DHS does not meet its legal and moral obligation to house every single individual and family that is truly homeless.  I have seen it with my own eyes.  And if we are going to address homelessness in New York City and do our best to transition our homeless population into stable, permanent housing, then DHS must uphold its moral and legal obligation to provide shelter to homeless families who have the legal right to emergency shelter. 

Stable shelter is the first step for our already homeless New Yorkers and providing that is DHS’s responsibility.  I agree with Mr. Hess that the next mayor needs to address the issue of homelessness in New York.

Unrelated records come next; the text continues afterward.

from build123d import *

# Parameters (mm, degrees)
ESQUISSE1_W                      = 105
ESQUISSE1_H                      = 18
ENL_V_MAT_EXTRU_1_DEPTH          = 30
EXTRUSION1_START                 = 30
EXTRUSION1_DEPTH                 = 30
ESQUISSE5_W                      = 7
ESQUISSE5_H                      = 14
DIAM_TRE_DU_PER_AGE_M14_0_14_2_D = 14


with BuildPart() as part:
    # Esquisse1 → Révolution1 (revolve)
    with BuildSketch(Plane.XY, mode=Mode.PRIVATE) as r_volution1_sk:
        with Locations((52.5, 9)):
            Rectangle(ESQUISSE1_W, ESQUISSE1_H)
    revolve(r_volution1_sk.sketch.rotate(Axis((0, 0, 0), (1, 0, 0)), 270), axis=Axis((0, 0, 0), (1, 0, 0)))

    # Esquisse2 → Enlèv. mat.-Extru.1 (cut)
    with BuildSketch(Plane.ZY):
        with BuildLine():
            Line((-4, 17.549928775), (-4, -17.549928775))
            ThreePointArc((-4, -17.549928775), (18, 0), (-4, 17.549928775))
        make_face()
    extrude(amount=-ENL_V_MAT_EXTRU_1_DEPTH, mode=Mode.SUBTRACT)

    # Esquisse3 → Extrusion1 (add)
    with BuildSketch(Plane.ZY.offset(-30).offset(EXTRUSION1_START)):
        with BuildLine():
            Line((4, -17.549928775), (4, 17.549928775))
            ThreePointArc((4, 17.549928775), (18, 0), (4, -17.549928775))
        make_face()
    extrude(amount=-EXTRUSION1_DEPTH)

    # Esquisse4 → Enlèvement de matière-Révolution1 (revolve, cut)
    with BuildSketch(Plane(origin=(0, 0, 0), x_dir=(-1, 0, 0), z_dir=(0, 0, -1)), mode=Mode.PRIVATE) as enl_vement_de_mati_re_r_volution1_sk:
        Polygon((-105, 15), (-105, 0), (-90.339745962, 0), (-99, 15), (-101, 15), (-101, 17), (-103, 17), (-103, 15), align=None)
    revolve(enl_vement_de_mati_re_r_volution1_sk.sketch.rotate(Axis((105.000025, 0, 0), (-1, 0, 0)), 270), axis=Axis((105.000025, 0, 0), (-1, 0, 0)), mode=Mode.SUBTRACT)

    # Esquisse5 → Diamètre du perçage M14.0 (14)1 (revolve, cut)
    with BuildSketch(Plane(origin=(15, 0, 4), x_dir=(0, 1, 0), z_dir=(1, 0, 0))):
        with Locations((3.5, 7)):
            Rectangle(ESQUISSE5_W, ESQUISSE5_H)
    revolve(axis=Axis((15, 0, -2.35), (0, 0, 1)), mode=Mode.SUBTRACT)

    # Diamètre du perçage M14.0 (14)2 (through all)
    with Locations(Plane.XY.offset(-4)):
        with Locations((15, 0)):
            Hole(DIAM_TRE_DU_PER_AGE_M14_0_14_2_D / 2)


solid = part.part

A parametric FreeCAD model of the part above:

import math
import FreeCAD as App
import Part
import Sketcher
Q = App.Units.Quantity


def add_polygon(sketch, points):
    """Adds a closed chain of lines whose ends are joined by coincident constraints."""
    first, n = sketch.GeometryCount, len(points)
    for a, b in zip(points, points[1:] + points[:1]):
        sketch.addGeometry(Part.LineSegment(App.Vector(*a, 0), App.Vector(*b, 0)), False)
    for i in range(n):
        sketch.addConstraint(Sketcher.Constraint("Coincident", first + i, 2, first + (i + 1) % n, 1))

doc = App.newDocument("Part")
body = doc.addObject("PartDesign::Body", "Body")

# Sketch on XY plane
sketch1 = body.newObject("Sketcher::SketchObject", "Sketch")
sketch1.AttachmentSupport = (doc.getObject("XY_Plane"), [""])
sketch1.MapMode = "FlatFace"
add_polygon(sketch1, [(0, 18), (0, 0), (105, 0), (105, 18)])  # lines 0-3
sketch1.addConstraint([
    Sketcher.Constraint("Vertical", 0),
    Sketcher.Constraint("Horizontal", 1),
    Sketcher.Constraint("Vertical", 2),
    Sketcher.Constraint("Horizontal", 3),
    Sketcher.Constraint("Coincident", 0, 2, -1, 1),
    Sketcher.Constraint("DistanceX", 1, 1, 1, 2, Q("105 mm")),
    Sketcher.Constraint("DistanceY", 0, 2, 0, 1, Q("18 mm")),
])
revolution = body.newObject("PartDesign::Revolution", "Revolution")
revolution.Profile = sketch1
revolution.ReferenceAxis = (sketch1, ["H_Axis"])
revolution.Angle = 360

# Sketch on YZ plane
sketch2 = body.newObject("Sketcher::SketchObject", "Sketch001")
sketch2.AttachmentSupport = (doc.getObject("YZ_Plane"), [""])
sketch2.MapMode = "FlatFace"
sketch2.addGeometry([
    Part.LineSegment(App.Vector(17.549929, -4, 0), App.Vector(-17.549929, -4, 0)),
    Part.ArcOfCircle(Part.Circle(App.Vector(0, 0, 0), App.Vector(0, 0, 1), 18), math.radians(-12.839588), math.radians(192.839588)),
], False)
sketch2.addConstraint([
    Sketcher.Constraint("Coincident", 0, 1, 1, 1),
    Sketcher.Constraint("Coincident", 1, 2, 0, 2),
    Sketcher.Constraint("Horizontal", 0),
    Sketcher.Constraint("Coincident", 1, 3, -1, 1),
    Sketcher.Constraint("Radius", 1, Q("18 mm")),
    Sketcher.Constraint("DistanceY", 0, 1, -1, 1, Q("4 mm")),
])
pocket1 = body.newObject("PartDesign::Pocket", "Pocket")
pocket1.Profile = sketch2
pocket1.Length = 30
pocket1.Reversed = True

# Sketch on YZ plane
sketch3 = body.newObject("Sketcher::SketchObject", "Sketch002")
sketch3.AttachmentSupport = (doc.getObject("YZ_Plane"), [""])
sketch3.MapMode = "FlatFace"
sketch3.addGeometry([
    Part.LineSegment(App.Vector(17.549929, 4, 0), App.Vector(-17.549929, 4, 0)),
    Part.ArcOfCircle(Part.Circle(App.Vector(0, 0, 0), App.Vector(0, 0, 1), 18), math.radians(12.839588), math.radians(167.160412)),
], False)
sketch3.addConstraint([
    Sketcher.Constraint("Coincident", 0, 1, 1, 1),
    Sketcher.Constraint("Coincident", 1, 2, 0, 2),
    Sketcher.Constraint("Horizontal", 0),
    Sketcher.Constraint("Coincident", 1, 3, -1, 1),
    Sketcher.Constraint("Radius", 1, Q("18 mm")),
    Sketcher.Constraint("DistanceY", -1, 1, 0, 1, Q("4 mm")),
])
pad1 = body.newObject("PartDesign::Pad", "Pad")
pad1.Profile = sketch3
pad1.Length = 30

# Sketch on XY plane
sketch4 = body.newObject("Sketcher::SketchObject", "Sketch003")
sketch4.AttachmentSupport = (doc.getObject("XY_Plane"), [""])
sketch4.MapMode = "FlatFace"
add_polygon(sketch4, [(105, 15), (105, 0), (90.339746, 0), (99, 15), (101, 15), (101, 17), (103, 17), (103, 15)])  # lines 0-7
sketch4.addConstraint([
    Sketcher.Constraint("Vertical", 0),
    Sketcher.Constraint("Horizontal", 1),
    Sketcher.Constraint("Horizontal", 3),
    Sketcher.Constraint("Vertical", 4),
    Sketcher.Constraint("Horizontal", 5),
    Sketcher.Constraint("Vertical", 6),
    Sketcher.Constraint("Horizontal", 7),
    Sketcher.Constraint("PointOnObject", 0, 2, -1),
    Sketcher.Constraint("Horizontal", 3, 2, 6, 2),
    Sketcher.Constraint("Equal", 3, 5),
    Sketcher.Constraint("Equal", 5, 7),
    Sketcher.Constraint("Equal", 7, 4),
    Sketcher.Constraint("DistanceX", 3, 1, 3, 2, Q("2 mm")),
    Sketcher.Constraint("DistanceY", 0, 2, 0, 1, Q("15 mm")),
    Sketcher.Constraint("Angle", 2, Q("60 deg")),
    Sketcher.Constraint("DistanceX", -1, 1, 0, 2, Q("105 mm")),
])
groove = body.newObject("PartDesign::Groove", "Groove")
groove.Profile = sketch4
groove.ReferenceAxis = (sketch4, ["H_Axis"])
groove.Angle = 360

# Sketch on YZ plane
sketch5 = body.newObject("Sketcher::SketchObject", "Sketch004")
sketch5.AttachmentSupport = (doc.getObject("YZ_Plane"), [""])
sketch5.MapMode = "FlatFace"
sketch5.AttachmentOffset = App.Placement(App.Vector(0, 0, 15), App.Rotation())
add_polygon(sketch5, [(0, 18), (0, 4), (7, 4), (7, 18)])  # lines 0-3
sketch5.addConstraint([
    Sketcher.Constraint("Vertical", 0),
    Sketcher.Constraint("Horizontal", 1),
    Sketcher.Constraint("Vertical", 2),
    Sketcher.Constraint("Horizontal", 3),
    Sketcher.Constraint("PointOnObject", 0, 2, -2),
    Sketcher.Constraint("DistanceX", 1, 1, 1, 2, Q("7 mm")),
    Sketcher.Constraint("DistanceY", 0, 2, 0, 1, Q("14 mm")),
    Sketcher.Constraint("DistanceY", -1, 1, 0, 2, Q("4 mm")),
])
groove2 = body.newObject("PartDesign::Groove", "Groove001")
groove2.Profile = sketch5
groove2.ReferenceAxis = (sketch5, ["V_Axis"])
groove2.Angle = 360

# Sketch on XY plane
sketch6 = body.newObject("Sketcher::SketchObject", "Sketch005")
sketch6.AttachmentSupport = (doc.getObject("XY_Plane"), [""])
sketch6.MapMode = "FlatFace"
sketch6.AttachmentOffset = App.Placement(App.Vector(0, 0, -4), App.Rotation())
sketch6.addGeometry(Part.Circle(App.Vector(15, 0, 0), App.Vector(0, 0, 1), 7), False)
sketch6.addConstraint([
    Sketcher.Constraint("PointOnObject", 0, 3, -1),
    Sketcher.Constraint("Diameter", 0, Q("14 mm")),
    Sketcher.Constraint("DistanceX", -1, 1, 0, 3, Q("15 mm")),
])
doc.recompute()
hole = body.newObject("PartDesign::Hole", "Hole")
hole.Profile = sketch6
hole.ThreadType = "None"
hole.Diameter = 14
hole.DepthType = "ThroughAll"

doc.recompute()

But in doing so, the next mayor must understand how existing DHS policies are actually contributing to our city’s crisis of homelessness.

Reforming these policies, in addition to expanding affordable housing and living wage job opportunities, is an imperative if our city is to truly deliver on its constitutional promise of shelter for all.


marty oesterreich

reader

I have no financial interest in the issue under discussion. However, I was the Commissioner of the DHS from 1999 through January 2002.

marty oesterreich

reader

To blame the Department of Homeless Services, as Ms.Biskind does, for the problems it attempts to deal with is perverse. While I have no doubt that there are many DHS processes that should and can be improved or possibly eliminated the assessment as to alternative housing options available to family shelter applicants is essential to maintaining an "emergency" shelter system. Without such a review the system could not operate- it would simply be a "no-cost" housing resevation system. Historically, the legal oversight that closely examined DHS' operations has concurred in the options review subject to a number of of safeguards. Those safeguards are still in place, and operate well. There is no doubt that the system, composed as it ultimately is of overworked individuals, fails on occasions and makes erroneous determination, rectified ultimately through the various re-examination and appeals processes available. However, to describe errors or differences in judgement as "moral" failings does a great disservice to city workers and the agency that I was privileged to lead until 2002. No-one, from the shelter staff to the housing investigators to the attornies reviewing intake decisions comes or stays at DHS because they can exhibit or act on their "moral failings". My personal observation is that in fact it is exactly the reverse.